L’histoire des peuples ne s’écrit pas seulement avec des armes ou des traités, mais avec la pensée. Et dans ce combat pacifique pour la vérité, l’Algérie avance debout, sûre que la lumière ne vient de personne, sinon de l’intérieur.

NOTA :

Voici une liste non exhaustive de chercheurs algériens nés en Algérie, dont les travaux reconnus dans le monde ont eu une portée internationale dans les domaines scientifiques, technologiques et académiques.

Chacun, à sa manière, porte la preuve que la formation et l’intelligence algériennes n’ont pas eu besoin de programmes importés ni d’Erasmus+ pour atteindre la reconnaissance mondiale.

Leur trajectoire unit le travail à la foi, la patience à la mémoire, et leur réussite demeure la réponse la plus claire à la spoliation du savoir que d’autres siècles avaient voulu imposer. Avec nos excuses pour ceux qui ne sont pas cités.

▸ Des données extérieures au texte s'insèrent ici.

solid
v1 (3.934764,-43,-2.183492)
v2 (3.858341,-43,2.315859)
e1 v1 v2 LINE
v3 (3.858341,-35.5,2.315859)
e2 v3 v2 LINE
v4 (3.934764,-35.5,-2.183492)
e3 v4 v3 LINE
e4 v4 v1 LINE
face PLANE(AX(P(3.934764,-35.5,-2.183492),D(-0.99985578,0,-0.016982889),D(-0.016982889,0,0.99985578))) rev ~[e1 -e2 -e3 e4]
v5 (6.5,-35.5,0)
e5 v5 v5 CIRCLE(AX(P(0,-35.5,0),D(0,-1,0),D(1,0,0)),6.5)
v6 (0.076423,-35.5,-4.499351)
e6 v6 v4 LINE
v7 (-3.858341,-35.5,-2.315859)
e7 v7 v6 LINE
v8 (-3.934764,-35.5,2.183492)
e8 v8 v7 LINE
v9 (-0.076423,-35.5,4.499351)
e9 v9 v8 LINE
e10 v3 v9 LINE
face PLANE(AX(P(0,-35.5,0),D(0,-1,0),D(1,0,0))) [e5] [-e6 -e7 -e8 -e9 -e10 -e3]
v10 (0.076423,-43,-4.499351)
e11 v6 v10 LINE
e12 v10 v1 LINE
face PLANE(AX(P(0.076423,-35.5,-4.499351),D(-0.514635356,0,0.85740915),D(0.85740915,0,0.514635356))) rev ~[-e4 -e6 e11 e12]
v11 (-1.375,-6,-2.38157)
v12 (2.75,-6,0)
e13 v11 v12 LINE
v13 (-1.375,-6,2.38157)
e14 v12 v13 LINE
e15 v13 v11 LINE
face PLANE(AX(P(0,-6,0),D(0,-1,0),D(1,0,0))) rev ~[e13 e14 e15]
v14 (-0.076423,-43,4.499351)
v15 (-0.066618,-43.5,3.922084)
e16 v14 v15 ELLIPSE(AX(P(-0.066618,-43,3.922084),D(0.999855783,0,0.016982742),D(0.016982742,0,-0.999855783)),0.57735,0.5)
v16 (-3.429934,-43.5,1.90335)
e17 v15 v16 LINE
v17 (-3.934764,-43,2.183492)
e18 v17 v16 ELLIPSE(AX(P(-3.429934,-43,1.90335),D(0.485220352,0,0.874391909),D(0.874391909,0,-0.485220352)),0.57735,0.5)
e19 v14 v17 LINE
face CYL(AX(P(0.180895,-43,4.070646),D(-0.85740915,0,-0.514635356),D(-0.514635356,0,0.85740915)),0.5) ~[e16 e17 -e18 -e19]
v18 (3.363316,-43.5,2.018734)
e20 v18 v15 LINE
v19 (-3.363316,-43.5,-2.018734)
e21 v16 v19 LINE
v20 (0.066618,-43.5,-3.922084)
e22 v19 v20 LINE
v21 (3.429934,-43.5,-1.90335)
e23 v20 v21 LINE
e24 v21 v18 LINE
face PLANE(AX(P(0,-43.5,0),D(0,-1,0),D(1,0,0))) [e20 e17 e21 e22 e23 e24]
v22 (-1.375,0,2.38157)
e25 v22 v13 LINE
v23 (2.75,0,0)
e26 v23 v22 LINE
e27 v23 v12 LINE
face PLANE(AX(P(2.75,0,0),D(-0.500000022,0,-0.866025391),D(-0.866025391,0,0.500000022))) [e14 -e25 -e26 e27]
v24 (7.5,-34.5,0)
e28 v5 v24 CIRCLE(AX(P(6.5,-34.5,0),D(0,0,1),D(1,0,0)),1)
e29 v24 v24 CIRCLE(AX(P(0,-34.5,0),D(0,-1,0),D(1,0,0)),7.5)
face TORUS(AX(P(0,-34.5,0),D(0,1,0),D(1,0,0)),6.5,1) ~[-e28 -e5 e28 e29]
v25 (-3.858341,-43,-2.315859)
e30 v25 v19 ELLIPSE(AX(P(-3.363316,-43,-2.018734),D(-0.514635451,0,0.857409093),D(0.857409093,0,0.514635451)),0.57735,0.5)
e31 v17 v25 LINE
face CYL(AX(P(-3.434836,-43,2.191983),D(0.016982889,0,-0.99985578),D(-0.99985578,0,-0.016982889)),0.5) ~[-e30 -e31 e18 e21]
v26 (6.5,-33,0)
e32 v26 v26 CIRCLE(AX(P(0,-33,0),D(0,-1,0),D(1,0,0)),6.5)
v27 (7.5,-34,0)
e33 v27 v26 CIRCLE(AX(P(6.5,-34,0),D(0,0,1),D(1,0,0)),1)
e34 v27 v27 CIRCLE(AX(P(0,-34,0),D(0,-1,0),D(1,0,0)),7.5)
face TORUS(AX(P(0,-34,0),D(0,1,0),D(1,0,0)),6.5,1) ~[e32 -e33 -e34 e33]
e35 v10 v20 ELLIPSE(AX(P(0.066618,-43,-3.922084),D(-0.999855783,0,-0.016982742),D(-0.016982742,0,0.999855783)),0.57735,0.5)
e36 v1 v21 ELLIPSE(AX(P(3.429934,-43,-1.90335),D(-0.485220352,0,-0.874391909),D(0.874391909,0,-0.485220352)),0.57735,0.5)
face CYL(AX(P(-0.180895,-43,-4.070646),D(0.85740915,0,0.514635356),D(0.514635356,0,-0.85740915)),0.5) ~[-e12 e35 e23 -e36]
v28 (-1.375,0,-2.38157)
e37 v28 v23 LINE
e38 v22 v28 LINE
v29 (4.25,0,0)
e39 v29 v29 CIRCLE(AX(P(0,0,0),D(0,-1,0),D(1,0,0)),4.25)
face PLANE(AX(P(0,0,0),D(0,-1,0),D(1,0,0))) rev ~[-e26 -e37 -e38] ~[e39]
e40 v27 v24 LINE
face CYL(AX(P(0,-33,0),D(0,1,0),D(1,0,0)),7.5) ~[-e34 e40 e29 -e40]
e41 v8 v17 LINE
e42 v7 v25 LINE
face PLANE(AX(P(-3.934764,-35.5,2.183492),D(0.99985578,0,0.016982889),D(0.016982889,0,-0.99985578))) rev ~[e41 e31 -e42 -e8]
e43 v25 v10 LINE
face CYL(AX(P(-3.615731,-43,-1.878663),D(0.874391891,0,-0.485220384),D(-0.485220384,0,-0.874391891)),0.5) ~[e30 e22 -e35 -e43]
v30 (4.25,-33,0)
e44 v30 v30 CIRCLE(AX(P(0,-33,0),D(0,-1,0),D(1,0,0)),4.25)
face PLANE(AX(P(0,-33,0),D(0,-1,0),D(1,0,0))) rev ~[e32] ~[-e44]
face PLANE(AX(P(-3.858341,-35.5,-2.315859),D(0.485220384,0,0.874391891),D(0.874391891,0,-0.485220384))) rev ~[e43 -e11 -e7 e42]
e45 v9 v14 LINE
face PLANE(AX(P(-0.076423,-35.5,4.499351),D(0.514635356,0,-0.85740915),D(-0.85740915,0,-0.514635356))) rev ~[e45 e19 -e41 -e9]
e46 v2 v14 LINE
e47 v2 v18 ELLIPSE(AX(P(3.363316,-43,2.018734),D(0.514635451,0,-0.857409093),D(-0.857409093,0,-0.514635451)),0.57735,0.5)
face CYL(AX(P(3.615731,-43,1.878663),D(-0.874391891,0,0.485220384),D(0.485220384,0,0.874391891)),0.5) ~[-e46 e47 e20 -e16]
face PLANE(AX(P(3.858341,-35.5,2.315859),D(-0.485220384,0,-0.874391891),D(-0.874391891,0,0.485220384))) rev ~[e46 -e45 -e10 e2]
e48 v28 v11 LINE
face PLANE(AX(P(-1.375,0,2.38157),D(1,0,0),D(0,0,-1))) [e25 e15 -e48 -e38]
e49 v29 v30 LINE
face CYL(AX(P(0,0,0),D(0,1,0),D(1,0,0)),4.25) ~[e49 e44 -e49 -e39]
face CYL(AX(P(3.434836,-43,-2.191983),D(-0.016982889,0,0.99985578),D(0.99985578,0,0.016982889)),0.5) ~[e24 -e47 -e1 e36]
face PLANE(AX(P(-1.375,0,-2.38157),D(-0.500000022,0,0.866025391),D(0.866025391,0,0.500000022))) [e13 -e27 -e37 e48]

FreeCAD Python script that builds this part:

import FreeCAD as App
import Part
import Sketcher
from FreeCAD import Vector
Q = App.Units.Quantity


def edges_at(feature, points):
    """Names of the edges that pass closest to the given points."""
    edges = feature.Shape.Edges
    near = lambda p: min(range(len(edges)), key=lambda i: edges[i].distToShape(Part.Vertex(*p))[0])
    return sorted({f"Edge{near(p) + 1}" for p in points})

doc = App.newDocument("Part")
body = doc.addObject("PartDesign::Body", "Body")

# Sketch on XZ plane
sketch1 = body.newObject("Sketcher::SketchObject", "Sketch")
sketch1.AttachmentSupport = (doc.getObject("XZ_Plane"), [""])
sketch1.MapMode = "FlatFace"
sketch1.addGeometry(Part.Circle(Vector(0, 0, 0), Vector(0, 0, 1), 4.2), False)
sketch1.addConstraint([
    Sketcher.Constraint("Coincident", 0, 3, -1, 1),
    Sketcher.Constraint("Diameter", 0, Q("8.5 mm")),
])
pad1 = body.newObject("PartDesign::Pad", "Pad")
pad1.Profile = sketch1
pad1.Length = 33

# Sketch on XZ plane
sketch2 = body.newObject("Sketcher::SketchObject", "Sketch001")
sketch2.AttachmentSupport = (doc.getObject("XZ_Plane"), [""])
sketch2.MapMode = "FlatFace"
sketch2.addGeometry([
    Part.LineSegment(Vector(-1.4, -2.4, 0), Vector(2.8, 0, 0)),
    Part.LineSegment(Vector(2.8, 0, 0), Vector(-1.4, 2.4, 0)),
    Part.LineSegment(Vector(-1.4, 2.4, 0), Vector(-1.4, -2.4, 0)),
], False)
sketch2.addConstraint([
    Sketcher.Constraint("Coincident", 0, 2, 1, 1),
    Sketcher.Constraint("Coincident", 1, 2, 2, 1),
    Sketcher.Constraint("Coincident", 2, 2, 0, 1),
    Sketcher.Constraint("Vertical", 2),
    Sketcher.Constraint("PointOnObject", 0, 2, -1),
    Sketcher.Constraint("Equal", 0, 1),
    Sketcher.Constraint("Angle", 0, Q("30.000001 deg")),
    Sketcher.Constraint("DistanceX", -1, 1, 0, 2, Q("2.75 mm")),
    Sketcher.Constraint("DistanceX", 1, 2, -1, 1, Q("1.375 mm")),
])
pocket1 = body.newObject("PartDesign::Pocket", "Pocket")
pocket1.Profile = sketch2
pocket1.Length = 6
pocket1.Reversed = True

# Sketch on XZ plane
sketch3 = body.newObject("Sketcher::SketchObject", "Sketch002")
sketch3.AttachmentSupport = (doc.getObject("XZ_Plane"), [""])
sketch3.MapMode = "FlatFace"
sketch3.AttachmentOffset = App.Placement(Vector(0, 0, 33), App.Rotation())
sketch3.addGeometry(Part.Circle(Vector(0, 0, 0), Vector(0, 0, 1), 8), False)
sketch3.addConstraint([
    Sketcher.Constraint("Coincident", 0, 3, -1, 1),
    Sketcher.Constraint("Diameter", 0, Q("15 mm")),
])
pad2 = body.newObject("PartDesign::Pad", "Pad001")
pad2.Profile = sketch3
pad2.Length = 2.5

# Sketch on XZ plane
sketch4 = body.newObject("Sketcher::SketchObject", "Sketch003")
sketch4.AttachmentSupport = (doc.getObject("XZ_Plane"), [""])
sketch4.MapMode = "FlatFace"
sketch4.AttachmentOffset = App.Placement(Vector(0, 0, 35.5), App.Rotation())
sketch4.addGeometry([
    Part.LineSegment(Vector(0.1, -4.5, 0), Vector(3.9, -2.2, 0)),  # 0
    Part.LineSegment(Vector(3.9, -2.2, 0), Vector(3.9, 2.3, 0)),  # 1
    Part.LineSegment(Vector(3.9, 2.3, 0), Vector(-0.1, 4.5, 0)),  # 2
    Part.LineSegment(Vector(-0.1, 4.5, 0), Vector(-3.9, 2.2, 0)),  # 3
    Part.LineSegment(Vector(-3.9, 2.2, 0), Vector(-3.9, -2.3, 0)),  # 4
    Part.LineSegment(Vector(-3.9, -2.3, 0), Vector(0.1, -4.5, 0)),  # 5
], False)
sketch4.addConstraint([
    Sketcher.Constraint("Coincident", 0, 2, 1, 1),
    Sketcher.Constraint("Coincident", 1, 2, 2, 1),
    Sketcher.Constraint("Coincident", 2, 2, 3, 1),
    Sketcher.Constraint("Coincident", 3, 2, 4, 1),
    Sketcher.Constraint("Coincident", 4, 2, 5, 1),
    Sketcher.Constraint("Coincident", 5, 2, 0, 1),
    Sketcher.Constraint("Symmetric", 0, 2, 3, 2, -1, 1),
    Sketcher.Constraint("Symmetric", 1, 2, 4, 2, -1, 1),
    Sketcher.Constraint("Symmetric", 2, 2, 5, 2, -1, 1),
    Sketcher.Constraint("Equal", 0, 1),
    Sketcher.Constraint("Equal", 1, 2),
    Sketcher.Constraint("Distance", 0, Q("4.5 mm")),
    Sketcher.Constraint("DistanceX", -1, 1, 1, 2, Q("3.858341 mm")),
    Sketcher.Constraint("DistanceY", -1, 1, 1, 2, Q("2.315859 mm")),
    Sketcher.Constraint("DistanceY", -1, 1, 2, 2, Q("4.499351 mm")),
])
pad3 = body.newObject("PartDesign::Pad", "Pad002")
pad3.Profile = sketch4
pad3.Length = 8
doc.recompute()

fillet = body.newObject("PartDesign::Fillet", "Fillet")
fillet.Base = (pad3, edges_at(pad3, [
    (2.006, -43.5, -3.341),
    (-1.891, -43.5, -3.408),
    (-3.897, -43.5, -0.066),
    (-2.006, -43.5, 3.341),
    (1.891, -43.5, 3.408),
    (3.897, -43.5, 0.066),
]))
fillet.Radius = 0.5
doc.recompute()

fillet2 = body.newObject("PartDesign::Fillet", "Fillet001")
fillet2.Base = (fillet, edges_at(fillet, [(-7.5, -35.5, 0), (-7.5, -33, 0)]))
fillet2.Radius = 1

doc.recompute()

Yasmine Belkaïd, immunologiste. Spécialiste mondiale du microbiote et des défenses immunitaires, directrice de recherche aux États-Unis (NIH), puis présidente de l’Institut Pasteur à Paris.

Malik Maaza, physicien. Titulaire de la chaire UNESCO de nanosciences, ses recherches sur la photonique et les matériaux quantiques lui ont valu des distinctions mondiales.

Belgacem Haba, ingénieur-inventeur. Chercheur en micro-électronique à Silicon Valley, il détient plus de 1500 brevets, dont plusieurs brevets-clés pour la miniaturisation des puces informatiques.

Faïrouz Malek, physicienne des particules. Chercheuse au CNRS et au CERN, participante à la découverte du boson de Higgs, membre de l’Académie africaine des sciences.

Yasmine Amhis, physicienne expérimentale au CERN, spécialiste des désintégrations de mésons B, prix Jacques-Herbrand de l’Académie des sciences.

Noureddine Melikechi, physicien des lasers, ancien doyen du Delaware State University College of Sciences, collaborateur du programme Mars Rover de la NASA.

Khaled Louahlia , biologiste, pionnier de la cryoconservation du sperme animal et de la biodiversité génétique, professeur à l’université de Constantine.

Noureddine Benkhettou, mathématicien, spécialiste mondial des équations différentielles et intégrales, auteur d’une œuvre prolifique citée dans les bases Scopus et Springer.

Mokhtar Hocine, biologiste, chercheur sur les biopolymères, les enzymes et les matériaux biodégradables.

Samir Bouakouir, chercheur en génétique moléculaire et maladies rares, responsable d’équipe au CHU Necker à Paris.